Nobody could ever accuse the Ponys' openers, the Atlanta garage-rock quartet the Black Lips, of underselling themselves. Already embraced by the Vice/Fader cadre, the band brings a riotous rep as the country's most dangerous live band, a crew of drunken drugged-up knuckleheads who get banned from every club they play. Given all that, I was expecting the next Dwarves or some shit, but the band didn't do anything remotely ban-worthy last night. They pulled out all their attention-grabbing stunts last night: spitting in the air and catching it, playing guitar with their teeth, making out with each other, smashing beer-bottles over their guitars.

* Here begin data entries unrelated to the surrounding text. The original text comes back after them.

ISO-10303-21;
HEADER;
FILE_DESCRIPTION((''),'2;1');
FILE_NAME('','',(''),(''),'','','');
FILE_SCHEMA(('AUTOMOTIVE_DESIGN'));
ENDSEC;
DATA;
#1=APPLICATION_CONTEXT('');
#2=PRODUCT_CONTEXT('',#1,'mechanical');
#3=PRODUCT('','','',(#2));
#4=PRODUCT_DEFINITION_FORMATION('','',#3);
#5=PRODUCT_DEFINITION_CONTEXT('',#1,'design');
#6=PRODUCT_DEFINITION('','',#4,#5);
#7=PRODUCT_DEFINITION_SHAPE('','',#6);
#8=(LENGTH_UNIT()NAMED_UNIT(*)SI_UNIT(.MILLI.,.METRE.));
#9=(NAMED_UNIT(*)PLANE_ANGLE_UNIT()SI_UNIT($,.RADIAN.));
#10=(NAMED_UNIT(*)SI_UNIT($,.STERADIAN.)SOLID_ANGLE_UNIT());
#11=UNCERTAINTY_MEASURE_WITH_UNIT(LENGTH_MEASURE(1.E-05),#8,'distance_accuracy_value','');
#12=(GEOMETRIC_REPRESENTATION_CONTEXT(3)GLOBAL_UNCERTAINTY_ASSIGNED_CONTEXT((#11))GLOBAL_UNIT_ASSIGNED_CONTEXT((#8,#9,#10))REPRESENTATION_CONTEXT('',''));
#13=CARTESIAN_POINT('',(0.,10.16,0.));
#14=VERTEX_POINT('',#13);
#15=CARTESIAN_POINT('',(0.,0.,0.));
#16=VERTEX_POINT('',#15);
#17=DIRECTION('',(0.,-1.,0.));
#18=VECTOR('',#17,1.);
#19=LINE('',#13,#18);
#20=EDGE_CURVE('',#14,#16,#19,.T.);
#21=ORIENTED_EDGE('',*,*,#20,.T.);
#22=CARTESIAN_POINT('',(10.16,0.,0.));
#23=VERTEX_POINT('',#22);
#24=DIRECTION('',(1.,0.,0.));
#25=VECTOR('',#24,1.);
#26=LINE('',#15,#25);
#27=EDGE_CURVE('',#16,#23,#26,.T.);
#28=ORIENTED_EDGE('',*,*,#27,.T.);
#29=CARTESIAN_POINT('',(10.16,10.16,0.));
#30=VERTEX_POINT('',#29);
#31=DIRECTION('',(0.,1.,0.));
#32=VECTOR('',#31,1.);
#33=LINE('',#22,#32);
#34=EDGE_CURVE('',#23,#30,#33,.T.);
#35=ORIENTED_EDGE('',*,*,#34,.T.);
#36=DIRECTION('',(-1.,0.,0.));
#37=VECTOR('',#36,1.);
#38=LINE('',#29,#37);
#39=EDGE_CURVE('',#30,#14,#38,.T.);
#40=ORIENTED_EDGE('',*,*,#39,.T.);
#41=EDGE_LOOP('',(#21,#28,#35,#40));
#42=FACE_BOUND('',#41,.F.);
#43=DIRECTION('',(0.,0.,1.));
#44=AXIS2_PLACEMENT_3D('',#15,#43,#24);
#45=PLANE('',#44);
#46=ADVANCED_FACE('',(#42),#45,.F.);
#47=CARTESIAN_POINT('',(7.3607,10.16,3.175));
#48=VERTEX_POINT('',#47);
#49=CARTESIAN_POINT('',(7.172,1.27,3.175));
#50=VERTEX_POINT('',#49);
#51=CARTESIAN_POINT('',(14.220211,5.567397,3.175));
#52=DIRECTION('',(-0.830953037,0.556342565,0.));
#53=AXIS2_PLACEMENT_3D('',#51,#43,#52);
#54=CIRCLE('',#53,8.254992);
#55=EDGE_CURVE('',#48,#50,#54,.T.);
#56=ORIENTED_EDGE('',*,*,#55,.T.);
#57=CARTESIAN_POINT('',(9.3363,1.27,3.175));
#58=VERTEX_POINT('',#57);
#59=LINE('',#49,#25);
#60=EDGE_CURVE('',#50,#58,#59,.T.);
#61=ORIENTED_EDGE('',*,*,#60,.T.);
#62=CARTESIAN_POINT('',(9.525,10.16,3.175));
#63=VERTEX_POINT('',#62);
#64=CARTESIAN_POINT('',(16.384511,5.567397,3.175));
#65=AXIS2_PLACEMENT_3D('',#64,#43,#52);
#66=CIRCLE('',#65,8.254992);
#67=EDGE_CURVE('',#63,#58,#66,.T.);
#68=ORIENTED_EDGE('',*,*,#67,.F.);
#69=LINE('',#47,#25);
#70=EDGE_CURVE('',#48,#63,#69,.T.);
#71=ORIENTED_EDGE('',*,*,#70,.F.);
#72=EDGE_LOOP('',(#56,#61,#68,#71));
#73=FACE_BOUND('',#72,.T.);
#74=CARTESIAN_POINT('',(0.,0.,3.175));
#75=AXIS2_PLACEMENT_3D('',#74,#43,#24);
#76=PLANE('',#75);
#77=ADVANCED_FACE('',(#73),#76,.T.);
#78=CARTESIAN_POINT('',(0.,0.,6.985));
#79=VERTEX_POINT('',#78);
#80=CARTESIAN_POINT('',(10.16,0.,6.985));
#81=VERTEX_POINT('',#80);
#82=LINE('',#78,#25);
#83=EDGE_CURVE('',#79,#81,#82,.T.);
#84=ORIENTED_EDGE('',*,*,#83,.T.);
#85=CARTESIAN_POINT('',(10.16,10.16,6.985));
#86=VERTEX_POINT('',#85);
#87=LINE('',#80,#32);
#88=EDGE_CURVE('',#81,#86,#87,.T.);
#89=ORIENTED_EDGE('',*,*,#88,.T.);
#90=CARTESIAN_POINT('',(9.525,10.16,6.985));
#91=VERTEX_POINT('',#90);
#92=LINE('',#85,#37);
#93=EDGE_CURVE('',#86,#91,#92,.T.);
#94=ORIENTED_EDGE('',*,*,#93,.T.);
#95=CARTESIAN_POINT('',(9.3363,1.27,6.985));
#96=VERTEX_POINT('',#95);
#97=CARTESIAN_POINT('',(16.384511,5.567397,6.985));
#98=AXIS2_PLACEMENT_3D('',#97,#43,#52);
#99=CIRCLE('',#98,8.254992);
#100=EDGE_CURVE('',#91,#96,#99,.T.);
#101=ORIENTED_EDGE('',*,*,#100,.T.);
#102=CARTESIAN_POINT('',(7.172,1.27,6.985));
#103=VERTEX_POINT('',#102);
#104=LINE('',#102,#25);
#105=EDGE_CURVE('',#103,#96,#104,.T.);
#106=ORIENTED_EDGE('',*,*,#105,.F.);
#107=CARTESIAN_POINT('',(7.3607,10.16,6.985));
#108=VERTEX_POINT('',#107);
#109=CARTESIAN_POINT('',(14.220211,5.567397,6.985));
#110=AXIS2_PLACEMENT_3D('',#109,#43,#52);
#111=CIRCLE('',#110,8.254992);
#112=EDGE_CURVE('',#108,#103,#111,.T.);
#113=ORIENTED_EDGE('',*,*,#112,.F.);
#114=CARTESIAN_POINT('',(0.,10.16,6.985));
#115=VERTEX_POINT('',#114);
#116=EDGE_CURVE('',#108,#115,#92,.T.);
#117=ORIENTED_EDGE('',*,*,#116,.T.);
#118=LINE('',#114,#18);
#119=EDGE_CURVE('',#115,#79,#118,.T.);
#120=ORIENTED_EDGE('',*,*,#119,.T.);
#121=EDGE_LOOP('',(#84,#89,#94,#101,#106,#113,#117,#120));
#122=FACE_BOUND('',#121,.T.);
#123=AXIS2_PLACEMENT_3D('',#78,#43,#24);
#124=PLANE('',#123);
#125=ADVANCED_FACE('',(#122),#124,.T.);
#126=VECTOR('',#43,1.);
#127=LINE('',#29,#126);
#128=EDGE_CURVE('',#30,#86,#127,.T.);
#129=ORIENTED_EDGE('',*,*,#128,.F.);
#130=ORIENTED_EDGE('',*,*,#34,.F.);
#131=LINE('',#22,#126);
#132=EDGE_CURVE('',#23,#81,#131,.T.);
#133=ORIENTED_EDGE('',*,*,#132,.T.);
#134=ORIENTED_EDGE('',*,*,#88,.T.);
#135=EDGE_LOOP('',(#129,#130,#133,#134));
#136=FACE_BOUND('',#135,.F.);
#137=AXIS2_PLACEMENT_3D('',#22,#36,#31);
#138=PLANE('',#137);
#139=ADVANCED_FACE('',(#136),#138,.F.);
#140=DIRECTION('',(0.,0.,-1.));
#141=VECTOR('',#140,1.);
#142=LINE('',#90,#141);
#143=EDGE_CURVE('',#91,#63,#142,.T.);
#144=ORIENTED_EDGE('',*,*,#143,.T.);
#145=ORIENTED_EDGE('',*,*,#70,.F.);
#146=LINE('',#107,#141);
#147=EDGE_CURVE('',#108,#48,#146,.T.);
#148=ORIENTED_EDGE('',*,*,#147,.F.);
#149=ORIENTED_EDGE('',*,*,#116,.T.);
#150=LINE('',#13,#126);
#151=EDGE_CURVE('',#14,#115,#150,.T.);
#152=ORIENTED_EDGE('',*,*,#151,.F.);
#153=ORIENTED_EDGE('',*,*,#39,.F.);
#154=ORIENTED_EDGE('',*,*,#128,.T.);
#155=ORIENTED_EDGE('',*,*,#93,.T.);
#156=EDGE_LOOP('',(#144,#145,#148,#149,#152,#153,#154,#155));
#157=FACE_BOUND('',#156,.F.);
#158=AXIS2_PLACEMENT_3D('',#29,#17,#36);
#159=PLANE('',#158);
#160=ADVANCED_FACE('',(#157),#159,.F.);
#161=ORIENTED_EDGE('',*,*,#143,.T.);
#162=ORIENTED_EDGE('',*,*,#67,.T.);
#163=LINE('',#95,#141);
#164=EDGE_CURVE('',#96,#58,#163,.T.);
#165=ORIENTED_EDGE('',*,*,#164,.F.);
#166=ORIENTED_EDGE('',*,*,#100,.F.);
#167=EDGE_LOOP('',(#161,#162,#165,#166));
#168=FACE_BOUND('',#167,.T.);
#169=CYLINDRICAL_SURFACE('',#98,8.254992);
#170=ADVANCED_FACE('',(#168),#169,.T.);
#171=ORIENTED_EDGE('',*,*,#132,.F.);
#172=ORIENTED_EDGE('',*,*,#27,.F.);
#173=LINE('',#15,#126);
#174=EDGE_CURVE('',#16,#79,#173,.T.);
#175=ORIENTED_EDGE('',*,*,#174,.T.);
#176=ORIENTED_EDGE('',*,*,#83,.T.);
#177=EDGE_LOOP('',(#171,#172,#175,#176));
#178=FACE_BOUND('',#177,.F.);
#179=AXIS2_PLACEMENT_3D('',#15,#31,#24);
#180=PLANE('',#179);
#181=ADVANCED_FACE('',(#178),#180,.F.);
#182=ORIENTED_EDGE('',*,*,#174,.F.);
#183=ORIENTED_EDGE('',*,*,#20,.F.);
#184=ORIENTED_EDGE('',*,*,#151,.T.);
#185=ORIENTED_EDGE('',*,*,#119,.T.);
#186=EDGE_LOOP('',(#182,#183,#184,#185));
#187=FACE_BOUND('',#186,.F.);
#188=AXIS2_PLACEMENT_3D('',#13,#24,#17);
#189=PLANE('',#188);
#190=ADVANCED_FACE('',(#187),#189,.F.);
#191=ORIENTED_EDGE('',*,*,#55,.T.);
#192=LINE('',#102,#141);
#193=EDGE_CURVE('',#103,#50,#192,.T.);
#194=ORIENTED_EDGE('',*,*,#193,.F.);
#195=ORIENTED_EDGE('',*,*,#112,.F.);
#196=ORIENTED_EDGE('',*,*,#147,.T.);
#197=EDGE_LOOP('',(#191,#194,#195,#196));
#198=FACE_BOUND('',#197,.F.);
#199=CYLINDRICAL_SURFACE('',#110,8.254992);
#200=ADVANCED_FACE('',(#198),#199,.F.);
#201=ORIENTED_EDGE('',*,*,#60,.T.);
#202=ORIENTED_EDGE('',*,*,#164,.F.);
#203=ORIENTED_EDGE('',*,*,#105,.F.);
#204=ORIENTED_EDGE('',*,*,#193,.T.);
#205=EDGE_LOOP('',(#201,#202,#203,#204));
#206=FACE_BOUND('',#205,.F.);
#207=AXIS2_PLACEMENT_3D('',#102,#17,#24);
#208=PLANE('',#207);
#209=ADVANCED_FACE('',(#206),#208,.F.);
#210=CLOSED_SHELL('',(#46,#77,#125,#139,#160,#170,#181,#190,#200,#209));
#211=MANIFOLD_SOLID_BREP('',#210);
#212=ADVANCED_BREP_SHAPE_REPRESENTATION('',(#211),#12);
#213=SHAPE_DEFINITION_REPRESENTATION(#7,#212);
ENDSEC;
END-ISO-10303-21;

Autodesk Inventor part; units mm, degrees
ref_plane "YZ Plane" through (0, 0, 0) normal (1, 0, 0) x (0, 1, 0)
ref_plane "XZ Plane" through (0, 0, 0) normal (0, 1, 0) x (-1, 0, 0)
ref_plane "XY Plane" through (0, 0, 0) normal (0, 0, 1) x (1, 0, 0)
sketch "Sketch1" plane through (0, 0, 0) normal (0, 0, 1) x (1, 0, 0)
  line L0 (0, 0) -> (10.16, 0)
  line L1 (10.16, 0) -> (10.16, 10.16)
  line L2 (10.16, 10.16) -> (0, 10.16)
  line L3 (0, 10.16) -> (0, 0)
  dimension "d0" = 10.16
  dimension "d1" = 10.16
extrude "Extrusion1" add sketch "Sketch1" along normal blind 6.985
sketch "Sketch2" plane through (0, 0, 6.985) normal (0, 0, 1) x (1, 0, 0)
  line L0 (0, 0) -> (10.16, 0) construction
  line L1 (10.16, 0) -> (10.16, 10.16) construction
  line L2 (10.16, 10.16) -> (0, 10.16) construction
  line L3 (0, 10.16) -> (0, 0) construction
  arc A0 (9.525, 10.16) -> (9.3363, 1.27) centre (16.3845, 5.5674) ccw
  arc A1 (7.3607, 10.16) -> (7.172, 1.27) centre (14.2202, 5.5674) ccw
  line L4 (7.3607, 10.16) -> (9.525, 10.16)
  line L5 (10.16, 10.16) -> (0, 10.16) projected
  line L6 (7.172, 1.27) -> (9.3363, 1.27)
  dimension "d4" = 8.255
  dimension "d5" = 0.635
  dimension "d6" = 1.27
extrude "Extrusion2" cut sketch "Sketch2" against normal blind 3.81
properties part number "limitSwitchTab" material "ABS Plastic"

And they still came off more subdued than their reputations would have you believe; even as they pulled out all their tricks, they looked vaguely detached from them, like they're now forced to dutifully pull all the same crazy spontaneous stuff at every show because that's what people have come to expect. A small group of people up front did their best to wild out to this stuff, but it fell way short of the sort of ecstatic insanity you see at every local Matt & Kim show. By indie-rock standards, this was still a pretty frantic spectacle, but expectations can be a bitch. If the theatrics were a little disappointing, though, the actual music wasn't. The Black Lips play swampy, slurry garage-rock, as catchy as it is indecipherable. Where the Ponys let R.E.M./Television jangle rise to the top of their songs, the Black Lips hide it under layer upon layer of staccato riffage and naggy singsong melody. That jangle is still there, but they bury it as deep as R.E.M. and Television once buried their garage thump. If you close your eyes, it's easy to imagine the Black Lips on mid-90s Estrus Records: they'd be wearing matching gas-station-attendant jumpsuits, one member would be bald, and they'd pose for photo shoots arranged around a vintage 50s Cadillac hearse held together with duct tape. But times are different, and bands like this one need to figure out new-old ways to make their names. In its way, the Black Lips' simplistic honk is just as intuitive as the Ponys' wide-open whoosh. If a band like this has to act like rabid stray pitbulls to get noticed nowadays, then that's just how the game goes, but it's hard to argue with songs as good as these.